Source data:

════════════════

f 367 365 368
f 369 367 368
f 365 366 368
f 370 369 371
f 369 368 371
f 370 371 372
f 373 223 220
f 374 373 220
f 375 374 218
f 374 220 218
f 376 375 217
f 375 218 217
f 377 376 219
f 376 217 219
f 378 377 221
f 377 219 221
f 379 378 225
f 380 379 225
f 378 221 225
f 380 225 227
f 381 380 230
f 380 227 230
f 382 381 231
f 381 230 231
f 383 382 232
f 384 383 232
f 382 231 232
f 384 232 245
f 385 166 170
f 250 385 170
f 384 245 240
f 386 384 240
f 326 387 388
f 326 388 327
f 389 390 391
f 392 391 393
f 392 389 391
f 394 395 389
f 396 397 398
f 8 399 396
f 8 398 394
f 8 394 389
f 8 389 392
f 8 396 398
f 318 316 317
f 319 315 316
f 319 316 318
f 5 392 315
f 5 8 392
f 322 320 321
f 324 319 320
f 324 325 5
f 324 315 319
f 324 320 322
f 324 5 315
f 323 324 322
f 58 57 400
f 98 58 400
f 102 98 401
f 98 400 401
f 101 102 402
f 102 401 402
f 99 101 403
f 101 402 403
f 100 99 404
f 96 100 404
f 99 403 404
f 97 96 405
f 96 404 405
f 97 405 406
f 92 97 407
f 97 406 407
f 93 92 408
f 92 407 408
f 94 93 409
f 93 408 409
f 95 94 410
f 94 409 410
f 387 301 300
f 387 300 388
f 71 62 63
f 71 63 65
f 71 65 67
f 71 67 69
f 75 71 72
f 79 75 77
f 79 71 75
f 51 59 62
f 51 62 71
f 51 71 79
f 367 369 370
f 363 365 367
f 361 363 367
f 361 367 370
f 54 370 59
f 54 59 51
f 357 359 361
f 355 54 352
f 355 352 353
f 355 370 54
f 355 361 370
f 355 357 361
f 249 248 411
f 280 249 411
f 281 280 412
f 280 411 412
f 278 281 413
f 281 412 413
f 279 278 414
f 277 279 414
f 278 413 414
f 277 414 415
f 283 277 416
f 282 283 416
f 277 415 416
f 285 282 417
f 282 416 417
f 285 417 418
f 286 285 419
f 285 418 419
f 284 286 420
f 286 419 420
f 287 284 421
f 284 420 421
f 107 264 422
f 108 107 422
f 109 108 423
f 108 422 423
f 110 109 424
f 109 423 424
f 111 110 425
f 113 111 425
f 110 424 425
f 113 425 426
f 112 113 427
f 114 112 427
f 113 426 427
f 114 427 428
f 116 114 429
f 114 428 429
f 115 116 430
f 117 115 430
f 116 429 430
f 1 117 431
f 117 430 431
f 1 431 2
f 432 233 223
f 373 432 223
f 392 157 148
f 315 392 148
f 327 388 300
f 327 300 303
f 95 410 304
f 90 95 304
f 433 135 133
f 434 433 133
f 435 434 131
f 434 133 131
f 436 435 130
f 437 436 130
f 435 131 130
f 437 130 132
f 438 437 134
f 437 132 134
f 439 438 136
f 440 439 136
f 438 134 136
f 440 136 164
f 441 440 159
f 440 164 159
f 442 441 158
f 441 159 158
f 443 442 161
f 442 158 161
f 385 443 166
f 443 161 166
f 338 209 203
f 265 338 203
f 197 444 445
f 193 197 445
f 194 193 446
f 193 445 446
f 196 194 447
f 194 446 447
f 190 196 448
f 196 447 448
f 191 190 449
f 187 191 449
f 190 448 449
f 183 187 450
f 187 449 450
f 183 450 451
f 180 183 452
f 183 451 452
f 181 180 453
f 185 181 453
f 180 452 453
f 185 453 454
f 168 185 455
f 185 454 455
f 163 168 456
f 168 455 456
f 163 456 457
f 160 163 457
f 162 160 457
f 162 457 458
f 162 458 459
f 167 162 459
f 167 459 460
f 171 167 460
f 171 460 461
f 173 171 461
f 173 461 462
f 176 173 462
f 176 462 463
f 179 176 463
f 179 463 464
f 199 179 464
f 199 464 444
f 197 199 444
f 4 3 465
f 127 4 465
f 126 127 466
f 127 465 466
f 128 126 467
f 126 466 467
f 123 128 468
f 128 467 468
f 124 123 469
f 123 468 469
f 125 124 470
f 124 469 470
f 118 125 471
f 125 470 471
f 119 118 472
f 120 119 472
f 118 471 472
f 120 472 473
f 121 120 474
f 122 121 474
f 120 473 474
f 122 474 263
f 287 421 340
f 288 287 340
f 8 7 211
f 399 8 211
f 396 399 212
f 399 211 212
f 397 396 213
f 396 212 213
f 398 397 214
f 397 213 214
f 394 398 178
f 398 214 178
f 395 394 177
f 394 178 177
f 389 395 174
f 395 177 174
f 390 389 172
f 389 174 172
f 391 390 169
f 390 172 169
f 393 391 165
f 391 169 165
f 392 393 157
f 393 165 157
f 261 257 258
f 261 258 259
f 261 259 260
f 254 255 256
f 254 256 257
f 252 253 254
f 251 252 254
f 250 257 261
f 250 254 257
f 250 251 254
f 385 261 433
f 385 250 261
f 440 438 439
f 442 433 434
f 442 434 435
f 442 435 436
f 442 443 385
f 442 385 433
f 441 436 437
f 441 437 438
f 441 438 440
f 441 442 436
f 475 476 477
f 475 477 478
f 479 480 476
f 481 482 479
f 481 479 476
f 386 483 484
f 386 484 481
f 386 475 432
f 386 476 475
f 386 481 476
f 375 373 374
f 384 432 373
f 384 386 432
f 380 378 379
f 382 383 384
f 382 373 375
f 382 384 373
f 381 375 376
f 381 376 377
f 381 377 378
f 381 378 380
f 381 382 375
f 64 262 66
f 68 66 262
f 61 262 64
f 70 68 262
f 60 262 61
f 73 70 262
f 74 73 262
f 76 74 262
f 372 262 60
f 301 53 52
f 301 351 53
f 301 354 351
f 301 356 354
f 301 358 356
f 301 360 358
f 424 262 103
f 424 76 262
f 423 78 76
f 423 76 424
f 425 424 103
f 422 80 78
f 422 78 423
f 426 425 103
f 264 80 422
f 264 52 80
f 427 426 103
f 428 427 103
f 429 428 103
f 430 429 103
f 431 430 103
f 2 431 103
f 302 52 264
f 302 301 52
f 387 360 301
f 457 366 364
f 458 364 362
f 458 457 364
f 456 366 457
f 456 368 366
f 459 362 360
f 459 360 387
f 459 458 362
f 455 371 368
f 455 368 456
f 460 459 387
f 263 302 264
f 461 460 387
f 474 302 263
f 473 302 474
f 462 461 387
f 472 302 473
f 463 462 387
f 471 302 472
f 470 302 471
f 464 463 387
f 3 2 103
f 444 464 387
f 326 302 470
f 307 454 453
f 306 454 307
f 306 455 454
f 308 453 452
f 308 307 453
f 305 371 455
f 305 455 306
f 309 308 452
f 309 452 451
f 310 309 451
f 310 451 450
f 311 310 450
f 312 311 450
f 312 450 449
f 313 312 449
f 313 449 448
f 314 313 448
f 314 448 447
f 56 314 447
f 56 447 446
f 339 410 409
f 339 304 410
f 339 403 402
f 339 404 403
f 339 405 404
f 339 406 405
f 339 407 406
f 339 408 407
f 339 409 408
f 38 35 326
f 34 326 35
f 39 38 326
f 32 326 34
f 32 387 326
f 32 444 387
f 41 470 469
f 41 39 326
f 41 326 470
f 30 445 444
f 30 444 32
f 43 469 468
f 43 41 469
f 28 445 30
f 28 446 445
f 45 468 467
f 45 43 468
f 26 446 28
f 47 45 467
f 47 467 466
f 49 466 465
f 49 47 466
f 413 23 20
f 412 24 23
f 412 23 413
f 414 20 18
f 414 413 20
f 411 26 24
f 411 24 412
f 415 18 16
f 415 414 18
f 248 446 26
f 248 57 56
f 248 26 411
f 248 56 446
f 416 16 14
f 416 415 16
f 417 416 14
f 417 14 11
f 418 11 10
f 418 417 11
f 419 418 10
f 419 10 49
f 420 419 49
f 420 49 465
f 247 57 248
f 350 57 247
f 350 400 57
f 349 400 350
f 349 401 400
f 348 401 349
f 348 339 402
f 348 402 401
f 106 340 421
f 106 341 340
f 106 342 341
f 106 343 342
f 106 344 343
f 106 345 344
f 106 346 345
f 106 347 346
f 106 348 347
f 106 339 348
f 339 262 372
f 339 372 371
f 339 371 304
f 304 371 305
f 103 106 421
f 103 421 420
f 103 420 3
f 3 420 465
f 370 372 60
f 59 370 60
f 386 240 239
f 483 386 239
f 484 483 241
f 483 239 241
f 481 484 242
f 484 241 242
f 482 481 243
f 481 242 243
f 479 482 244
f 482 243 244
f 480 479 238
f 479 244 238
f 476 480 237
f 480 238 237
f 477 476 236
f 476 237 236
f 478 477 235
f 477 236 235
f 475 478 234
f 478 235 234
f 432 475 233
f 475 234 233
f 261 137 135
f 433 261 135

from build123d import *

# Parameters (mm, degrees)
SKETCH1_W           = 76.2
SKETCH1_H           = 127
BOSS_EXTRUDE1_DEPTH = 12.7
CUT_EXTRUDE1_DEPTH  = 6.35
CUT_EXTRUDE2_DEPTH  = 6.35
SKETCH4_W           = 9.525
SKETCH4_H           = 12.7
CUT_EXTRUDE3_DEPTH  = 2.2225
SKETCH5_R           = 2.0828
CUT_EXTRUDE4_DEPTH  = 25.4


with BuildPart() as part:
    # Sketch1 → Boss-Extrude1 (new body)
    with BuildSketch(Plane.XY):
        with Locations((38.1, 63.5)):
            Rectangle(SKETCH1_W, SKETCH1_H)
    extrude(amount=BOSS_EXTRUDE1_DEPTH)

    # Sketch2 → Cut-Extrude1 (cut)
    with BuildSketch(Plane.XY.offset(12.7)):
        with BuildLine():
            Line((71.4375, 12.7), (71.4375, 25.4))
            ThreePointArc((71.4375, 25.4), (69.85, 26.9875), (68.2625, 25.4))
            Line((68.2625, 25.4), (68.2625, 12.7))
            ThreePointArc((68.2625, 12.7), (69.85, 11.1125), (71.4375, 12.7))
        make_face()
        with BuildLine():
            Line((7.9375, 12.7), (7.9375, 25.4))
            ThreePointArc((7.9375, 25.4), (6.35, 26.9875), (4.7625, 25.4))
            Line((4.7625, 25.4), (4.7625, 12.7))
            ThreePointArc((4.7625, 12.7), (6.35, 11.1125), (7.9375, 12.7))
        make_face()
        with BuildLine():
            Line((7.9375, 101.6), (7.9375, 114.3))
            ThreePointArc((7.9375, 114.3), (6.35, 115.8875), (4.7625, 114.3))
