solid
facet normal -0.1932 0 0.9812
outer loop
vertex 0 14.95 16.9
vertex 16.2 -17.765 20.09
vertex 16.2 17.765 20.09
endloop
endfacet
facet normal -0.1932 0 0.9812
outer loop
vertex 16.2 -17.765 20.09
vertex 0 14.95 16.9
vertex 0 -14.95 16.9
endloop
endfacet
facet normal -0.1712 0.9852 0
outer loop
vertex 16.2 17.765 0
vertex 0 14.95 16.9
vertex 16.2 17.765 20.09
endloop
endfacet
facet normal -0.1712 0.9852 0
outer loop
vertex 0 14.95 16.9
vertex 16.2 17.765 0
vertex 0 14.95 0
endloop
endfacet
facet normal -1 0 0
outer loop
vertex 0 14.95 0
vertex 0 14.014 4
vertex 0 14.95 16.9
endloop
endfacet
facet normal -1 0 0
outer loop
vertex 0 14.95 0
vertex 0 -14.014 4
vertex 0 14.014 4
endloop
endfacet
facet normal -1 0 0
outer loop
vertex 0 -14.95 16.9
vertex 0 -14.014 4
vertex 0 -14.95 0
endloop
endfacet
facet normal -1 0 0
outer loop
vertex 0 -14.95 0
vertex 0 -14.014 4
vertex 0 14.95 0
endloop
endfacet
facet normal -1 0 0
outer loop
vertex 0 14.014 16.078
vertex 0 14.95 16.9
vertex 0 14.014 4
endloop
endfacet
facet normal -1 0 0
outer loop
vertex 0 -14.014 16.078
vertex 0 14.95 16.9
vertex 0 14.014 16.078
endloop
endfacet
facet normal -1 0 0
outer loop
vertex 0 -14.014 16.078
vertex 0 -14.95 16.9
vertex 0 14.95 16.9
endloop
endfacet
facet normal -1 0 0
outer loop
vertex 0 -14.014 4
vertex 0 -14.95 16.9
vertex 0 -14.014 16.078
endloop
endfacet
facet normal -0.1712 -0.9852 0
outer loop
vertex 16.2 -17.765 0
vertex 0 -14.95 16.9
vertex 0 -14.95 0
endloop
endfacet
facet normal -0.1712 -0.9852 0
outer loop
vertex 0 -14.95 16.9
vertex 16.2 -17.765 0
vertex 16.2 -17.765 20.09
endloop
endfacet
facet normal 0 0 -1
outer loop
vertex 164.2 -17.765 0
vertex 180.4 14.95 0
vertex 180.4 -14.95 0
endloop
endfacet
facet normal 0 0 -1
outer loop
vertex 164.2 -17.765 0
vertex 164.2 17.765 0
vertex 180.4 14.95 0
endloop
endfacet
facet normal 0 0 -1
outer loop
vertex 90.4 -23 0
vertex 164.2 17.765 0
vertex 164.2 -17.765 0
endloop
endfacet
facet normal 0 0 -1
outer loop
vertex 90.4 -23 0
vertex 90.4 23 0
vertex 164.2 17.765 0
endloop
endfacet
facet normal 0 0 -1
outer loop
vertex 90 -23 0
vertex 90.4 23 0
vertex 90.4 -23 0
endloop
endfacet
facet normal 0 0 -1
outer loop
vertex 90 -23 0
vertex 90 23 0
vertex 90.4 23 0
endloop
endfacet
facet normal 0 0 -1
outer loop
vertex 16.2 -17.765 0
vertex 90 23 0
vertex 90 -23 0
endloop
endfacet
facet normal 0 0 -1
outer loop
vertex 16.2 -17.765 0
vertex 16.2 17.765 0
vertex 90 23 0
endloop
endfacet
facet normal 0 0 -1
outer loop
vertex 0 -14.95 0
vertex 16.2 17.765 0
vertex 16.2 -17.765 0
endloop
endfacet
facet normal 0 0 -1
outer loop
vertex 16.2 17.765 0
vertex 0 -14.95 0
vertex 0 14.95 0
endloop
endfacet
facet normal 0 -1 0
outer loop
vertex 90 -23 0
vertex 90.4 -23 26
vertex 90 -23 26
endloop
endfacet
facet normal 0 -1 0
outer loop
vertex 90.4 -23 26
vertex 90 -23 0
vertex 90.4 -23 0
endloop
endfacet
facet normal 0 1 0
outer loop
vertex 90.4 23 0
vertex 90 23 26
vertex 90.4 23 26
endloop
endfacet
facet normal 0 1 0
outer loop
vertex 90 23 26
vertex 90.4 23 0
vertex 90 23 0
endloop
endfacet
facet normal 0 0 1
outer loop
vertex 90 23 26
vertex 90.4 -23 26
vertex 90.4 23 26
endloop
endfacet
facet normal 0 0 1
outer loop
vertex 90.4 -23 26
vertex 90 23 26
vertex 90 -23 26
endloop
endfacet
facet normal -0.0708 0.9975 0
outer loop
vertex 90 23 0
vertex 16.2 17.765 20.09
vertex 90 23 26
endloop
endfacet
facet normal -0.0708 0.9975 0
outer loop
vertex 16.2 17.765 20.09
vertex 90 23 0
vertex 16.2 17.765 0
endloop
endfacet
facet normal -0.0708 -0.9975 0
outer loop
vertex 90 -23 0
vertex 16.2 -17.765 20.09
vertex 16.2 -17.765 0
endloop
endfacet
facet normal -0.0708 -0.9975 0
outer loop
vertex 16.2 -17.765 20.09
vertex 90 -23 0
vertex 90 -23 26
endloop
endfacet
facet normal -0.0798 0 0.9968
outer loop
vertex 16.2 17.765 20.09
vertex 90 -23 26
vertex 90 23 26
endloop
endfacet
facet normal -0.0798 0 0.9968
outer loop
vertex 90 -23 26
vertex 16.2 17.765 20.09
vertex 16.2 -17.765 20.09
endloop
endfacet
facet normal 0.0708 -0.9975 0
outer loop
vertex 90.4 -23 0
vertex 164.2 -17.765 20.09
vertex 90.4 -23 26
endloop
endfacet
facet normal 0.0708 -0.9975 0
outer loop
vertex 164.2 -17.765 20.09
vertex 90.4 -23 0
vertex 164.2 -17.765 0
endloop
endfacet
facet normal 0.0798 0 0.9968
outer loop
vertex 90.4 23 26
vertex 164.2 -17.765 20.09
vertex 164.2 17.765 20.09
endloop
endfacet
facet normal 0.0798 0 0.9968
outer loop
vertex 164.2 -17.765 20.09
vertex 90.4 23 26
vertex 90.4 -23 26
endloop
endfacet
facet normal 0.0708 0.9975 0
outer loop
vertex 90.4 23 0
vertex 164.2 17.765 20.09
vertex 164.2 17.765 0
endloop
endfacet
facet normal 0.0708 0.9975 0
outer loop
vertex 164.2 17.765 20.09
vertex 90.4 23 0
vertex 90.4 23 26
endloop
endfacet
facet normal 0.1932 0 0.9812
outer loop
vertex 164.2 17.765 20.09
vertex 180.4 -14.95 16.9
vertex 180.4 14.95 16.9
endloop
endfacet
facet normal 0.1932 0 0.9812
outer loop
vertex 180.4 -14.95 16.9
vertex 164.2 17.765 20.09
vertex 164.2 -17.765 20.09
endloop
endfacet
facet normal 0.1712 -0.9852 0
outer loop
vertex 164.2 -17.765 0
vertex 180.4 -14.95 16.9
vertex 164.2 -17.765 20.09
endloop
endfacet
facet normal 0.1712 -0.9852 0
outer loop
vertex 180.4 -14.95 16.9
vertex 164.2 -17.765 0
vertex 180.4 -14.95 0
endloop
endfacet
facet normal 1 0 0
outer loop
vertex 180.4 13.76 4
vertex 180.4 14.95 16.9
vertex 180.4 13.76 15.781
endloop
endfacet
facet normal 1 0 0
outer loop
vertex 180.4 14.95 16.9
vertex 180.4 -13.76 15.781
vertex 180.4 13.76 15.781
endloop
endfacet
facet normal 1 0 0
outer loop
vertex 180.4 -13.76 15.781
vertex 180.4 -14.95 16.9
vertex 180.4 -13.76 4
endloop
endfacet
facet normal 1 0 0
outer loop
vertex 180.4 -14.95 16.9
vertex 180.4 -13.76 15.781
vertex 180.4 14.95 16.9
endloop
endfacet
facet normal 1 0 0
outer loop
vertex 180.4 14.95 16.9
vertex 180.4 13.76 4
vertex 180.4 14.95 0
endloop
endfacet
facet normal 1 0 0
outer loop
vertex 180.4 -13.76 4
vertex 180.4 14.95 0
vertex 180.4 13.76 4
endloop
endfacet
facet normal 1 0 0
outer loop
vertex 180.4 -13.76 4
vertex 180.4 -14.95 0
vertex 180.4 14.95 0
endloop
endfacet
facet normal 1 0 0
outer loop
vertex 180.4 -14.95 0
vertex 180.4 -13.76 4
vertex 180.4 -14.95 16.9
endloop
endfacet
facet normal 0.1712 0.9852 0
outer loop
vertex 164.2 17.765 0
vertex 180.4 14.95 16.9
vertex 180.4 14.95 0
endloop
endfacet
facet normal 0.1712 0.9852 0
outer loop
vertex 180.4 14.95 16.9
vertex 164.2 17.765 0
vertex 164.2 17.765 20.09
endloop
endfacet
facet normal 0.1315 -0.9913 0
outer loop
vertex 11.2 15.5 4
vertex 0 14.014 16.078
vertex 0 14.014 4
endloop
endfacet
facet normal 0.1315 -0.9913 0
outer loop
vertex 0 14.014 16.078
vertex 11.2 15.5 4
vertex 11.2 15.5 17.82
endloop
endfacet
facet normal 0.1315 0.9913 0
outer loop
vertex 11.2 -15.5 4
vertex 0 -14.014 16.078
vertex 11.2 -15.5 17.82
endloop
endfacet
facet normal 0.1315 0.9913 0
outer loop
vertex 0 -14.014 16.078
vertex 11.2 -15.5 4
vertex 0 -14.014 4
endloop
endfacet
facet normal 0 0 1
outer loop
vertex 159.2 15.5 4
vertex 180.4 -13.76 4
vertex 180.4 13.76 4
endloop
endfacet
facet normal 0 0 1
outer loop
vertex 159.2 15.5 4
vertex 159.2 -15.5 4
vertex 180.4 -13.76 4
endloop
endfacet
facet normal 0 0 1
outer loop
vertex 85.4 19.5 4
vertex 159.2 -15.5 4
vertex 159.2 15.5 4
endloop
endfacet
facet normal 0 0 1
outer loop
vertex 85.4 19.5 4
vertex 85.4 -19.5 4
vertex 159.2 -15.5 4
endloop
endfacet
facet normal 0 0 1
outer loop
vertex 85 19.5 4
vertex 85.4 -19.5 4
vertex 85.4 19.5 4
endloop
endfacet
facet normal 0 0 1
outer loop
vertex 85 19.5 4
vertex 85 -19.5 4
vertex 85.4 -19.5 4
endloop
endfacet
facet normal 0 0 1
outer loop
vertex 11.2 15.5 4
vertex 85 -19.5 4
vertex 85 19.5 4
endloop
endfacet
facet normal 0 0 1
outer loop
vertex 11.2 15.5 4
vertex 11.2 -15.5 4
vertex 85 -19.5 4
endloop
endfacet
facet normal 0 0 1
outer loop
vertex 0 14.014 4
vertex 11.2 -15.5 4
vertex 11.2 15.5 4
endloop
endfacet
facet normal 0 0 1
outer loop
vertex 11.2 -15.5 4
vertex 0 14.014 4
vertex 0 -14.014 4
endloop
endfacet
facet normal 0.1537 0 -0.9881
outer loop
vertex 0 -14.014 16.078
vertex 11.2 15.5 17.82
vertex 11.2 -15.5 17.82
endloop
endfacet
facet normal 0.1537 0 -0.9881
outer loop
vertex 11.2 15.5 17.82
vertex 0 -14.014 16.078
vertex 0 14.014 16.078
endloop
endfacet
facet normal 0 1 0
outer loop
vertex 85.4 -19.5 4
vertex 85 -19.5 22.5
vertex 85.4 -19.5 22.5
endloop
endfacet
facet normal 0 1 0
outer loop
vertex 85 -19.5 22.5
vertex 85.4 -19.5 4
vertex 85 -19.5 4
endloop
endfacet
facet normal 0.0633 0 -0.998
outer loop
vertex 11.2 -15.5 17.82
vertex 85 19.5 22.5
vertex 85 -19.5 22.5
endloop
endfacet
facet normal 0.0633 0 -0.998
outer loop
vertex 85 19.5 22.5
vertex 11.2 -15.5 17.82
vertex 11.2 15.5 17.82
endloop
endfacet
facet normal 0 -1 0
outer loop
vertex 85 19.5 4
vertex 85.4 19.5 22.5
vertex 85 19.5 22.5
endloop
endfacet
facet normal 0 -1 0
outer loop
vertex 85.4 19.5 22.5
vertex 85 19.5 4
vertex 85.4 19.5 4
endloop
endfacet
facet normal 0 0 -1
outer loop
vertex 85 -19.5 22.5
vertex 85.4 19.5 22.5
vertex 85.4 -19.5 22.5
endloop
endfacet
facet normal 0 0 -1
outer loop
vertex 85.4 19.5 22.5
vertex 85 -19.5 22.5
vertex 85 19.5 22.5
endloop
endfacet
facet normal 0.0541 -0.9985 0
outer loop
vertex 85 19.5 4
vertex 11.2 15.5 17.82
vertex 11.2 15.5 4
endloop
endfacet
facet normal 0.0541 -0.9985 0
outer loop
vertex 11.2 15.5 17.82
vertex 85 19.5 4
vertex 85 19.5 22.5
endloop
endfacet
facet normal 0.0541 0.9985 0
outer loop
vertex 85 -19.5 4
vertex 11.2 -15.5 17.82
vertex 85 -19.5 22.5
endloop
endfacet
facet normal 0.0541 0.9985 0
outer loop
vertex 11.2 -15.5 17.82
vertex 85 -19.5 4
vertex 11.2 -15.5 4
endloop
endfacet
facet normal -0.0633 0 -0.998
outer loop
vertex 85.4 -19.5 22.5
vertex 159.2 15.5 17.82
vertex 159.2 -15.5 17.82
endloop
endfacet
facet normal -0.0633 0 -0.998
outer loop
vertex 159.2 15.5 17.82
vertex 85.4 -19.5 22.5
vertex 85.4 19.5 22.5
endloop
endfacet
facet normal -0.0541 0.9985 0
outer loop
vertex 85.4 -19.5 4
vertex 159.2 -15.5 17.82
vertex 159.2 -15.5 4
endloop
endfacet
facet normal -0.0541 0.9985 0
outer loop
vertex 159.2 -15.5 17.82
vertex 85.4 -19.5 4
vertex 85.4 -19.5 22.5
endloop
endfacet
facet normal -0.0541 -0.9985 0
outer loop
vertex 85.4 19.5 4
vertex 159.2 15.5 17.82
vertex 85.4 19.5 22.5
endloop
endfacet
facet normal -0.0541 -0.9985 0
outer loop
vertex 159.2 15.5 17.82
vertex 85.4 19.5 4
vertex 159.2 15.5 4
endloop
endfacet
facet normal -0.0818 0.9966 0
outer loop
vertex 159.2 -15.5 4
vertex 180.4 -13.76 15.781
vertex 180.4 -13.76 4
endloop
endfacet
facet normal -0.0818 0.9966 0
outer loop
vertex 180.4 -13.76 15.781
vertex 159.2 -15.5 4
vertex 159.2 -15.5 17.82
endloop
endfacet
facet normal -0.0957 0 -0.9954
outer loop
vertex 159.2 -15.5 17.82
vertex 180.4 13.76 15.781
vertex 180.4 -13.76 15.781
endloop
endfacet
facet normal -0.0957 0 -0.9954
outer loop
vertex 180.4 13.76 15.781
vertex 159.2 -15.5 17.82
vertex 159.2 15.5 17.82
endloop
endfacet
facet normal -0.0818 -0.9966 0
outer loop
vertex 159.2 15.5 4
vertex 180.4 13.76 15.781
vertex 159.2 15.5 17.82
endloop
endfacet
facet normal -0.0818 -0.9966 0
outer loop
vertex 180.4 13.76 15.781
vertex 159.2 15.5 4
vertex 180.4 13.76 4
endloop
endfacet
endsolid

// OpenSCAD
$fn = 32;

// ----------------------------------------------------------------------
// Faired channel: 180 x 46 x 26 mm, 3.5 mm walls, faired ends
// ----------------------------------------------------------------------

// --- parameters (mm) ---
length = 180;             // channel length
width = 46;               // channel width at mid length
height = 26;              // channel height at mid length
wall = 3.5;               // side wall thickness
floor_t = 4;              // floor thickness
end_w = 29.9;             // faired end width
end_h = 16.9;             // faired end height

difference() {
  union() {
    hull() {
      translate([0, -14.95, 0]) cube([0.4, 29.9, 16.9]);
      translate([16.2, -17.765, 0]) cube([0.4, 35.53, 20.09]);
    }
    hull() {
      translate([16.2, -17.765, 0]) cube([0.4, 35.53, 20.09]);
      translate([90, -23, 0]) cube([0.4, 46, 26]);
    }
    hull() {
      translate([90, -23, 0]) cube([0.4, 46, 26]);
      translate([163.8, -17.765, 0]) cube([0.4, 35.53, 20.09]);
    }
    hull() {
      translate([163.8, -17.765, 0]) cube([0.4, 35.53, 20.09]);
      translate([180, -14.95, 0]) cube([0.4, 29.9, 16.9]);
    }
  }
  /* cavity, 5 mm proud of both ends so the ports are cut clean */
  hull() {
    translate([-5, -13.35, 4]) cube([0.4, 26.7, 11.3]);
    translate([11.2, -15.5, 4]) cube([0.4, 31, 13.82]);
  }
  hull() {
    translate([11.2, -15.5, 4]) cube([0.4, 31, 13.82]);
    translate([85, -19.5, 4]) cube([0.4, 39, 18.5]);
  }
  hull() {
    translate([85, -19.5, 4]) cube([0.4, 39, 18.5]);
    translate([158.8, -15.5, 4]) cube([0.4, 31, 13.82]);
  }
  hull() {
    translate([158.8, -15.5, 4]) cube([0.4, 31, 13.82]);
    translate([185, -13.35, 4]) cube([0.4, 26.7, 11.3]);
  }
}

════════════════

# EXERCISE
When you reach the line with "f 389 174 172" in the records above, start writing out lines exactly, and stop once the line with "f 339 408 407" has been written; include nothing else.

# ANSWER FOR THIS EXERCISE
f 389 174 172
f 391 390 169
f 390 172 169
f 393 391 165
f 391 169 165
f 392 393 157
f 393 165 157
f 261 257 258
f 261 258 259
f 261 259 260
f 254 255 256
f 254 256 257
f 252 253 254
f 251 252 254
f 250 257 261
f 250 254 257
f 250 251 254
f 385 261 433
f 385 250 261
f 440 438 439
f 442 433 434
f 442 434 435
f 442 435 436
f 442 443 385
f 442 385 433
f 441 436 437
f 441 437 438
f 441 438 440
f 441 442 436
f 475 476 477
f 475 477 478
f 479 480 476
f 481 482 479
f 481 479 476
f 386 483 484
f 386 484 481
f 386 475 432
f 386 476 475
f 386 481 476
f 375 373 374
f 384 432 373
f 384 386 432
f 380 378 379
f 382 383 384
f 382 373 375
f 382 384 373
f 381 375 376
f 381 376 377
f 381 377 378
f 381 378 380
f 381 382 375
f 64 262 66
f 68 66 262
f 61 262 64
f 70 68 262
f 60 262 61
f 73 70 262
f 74 73 262
f 76 74 262
f 372 262 60
f 301 53 52
f 301 351 53
f 301 354 351
f 301 356 354
f 301 358 356
f 301 360 358
f 424 262 103
f 424 76 262
f 423 78 76
f 423 76 424
f 425 424 103
f 422 80 78
f 422 78 423
f 426 425 103
f 264 80 422
f 264 52 80
f 427 426 103
f 428 427 103
f 429 428 103
f 430 429 103
f 431 430 103
f 2 431 103
f 302 52 264
f 302 301 52
f 387 360 301
f 457 366 364
f 458 364 362
f 458 457 364
f 456 366 457
f 456 368 366
f 459 362 360
f 459 360 387
f 459 458 362
f 455 371 368
f 455 368 456
f 460 459 387
f 263 302 264
f 461 460 387
f 474 302 263
f 473 302 474
f 462 461 387
f 472 302 473
f 463 462 387
f 471 302 472
f 470 302 471
f 464 463 387
f 3 2 103
f 444 464 387
f 326 302 470
f 307 454 453
f 306 454 307
f 306 455 454
f 308 453 452
f 308 307 453
f 305 371 455
f 305 455 306
f 309 308 452
f 309 452 451
f 310 309 451
f 310 451 450
f 311 310 450
f 312 311 450
f 312 450 449
f 313 312 449
f 313 449 448
f 314 313 448
f 314 448 447
f 56 314 447
f 56 447 446
f 339 410 409
f 339 304 410
f 339 403 402
f 339 404 403
f 339 405 404
f 339 406 405
f 339 407 406
f 339 408 407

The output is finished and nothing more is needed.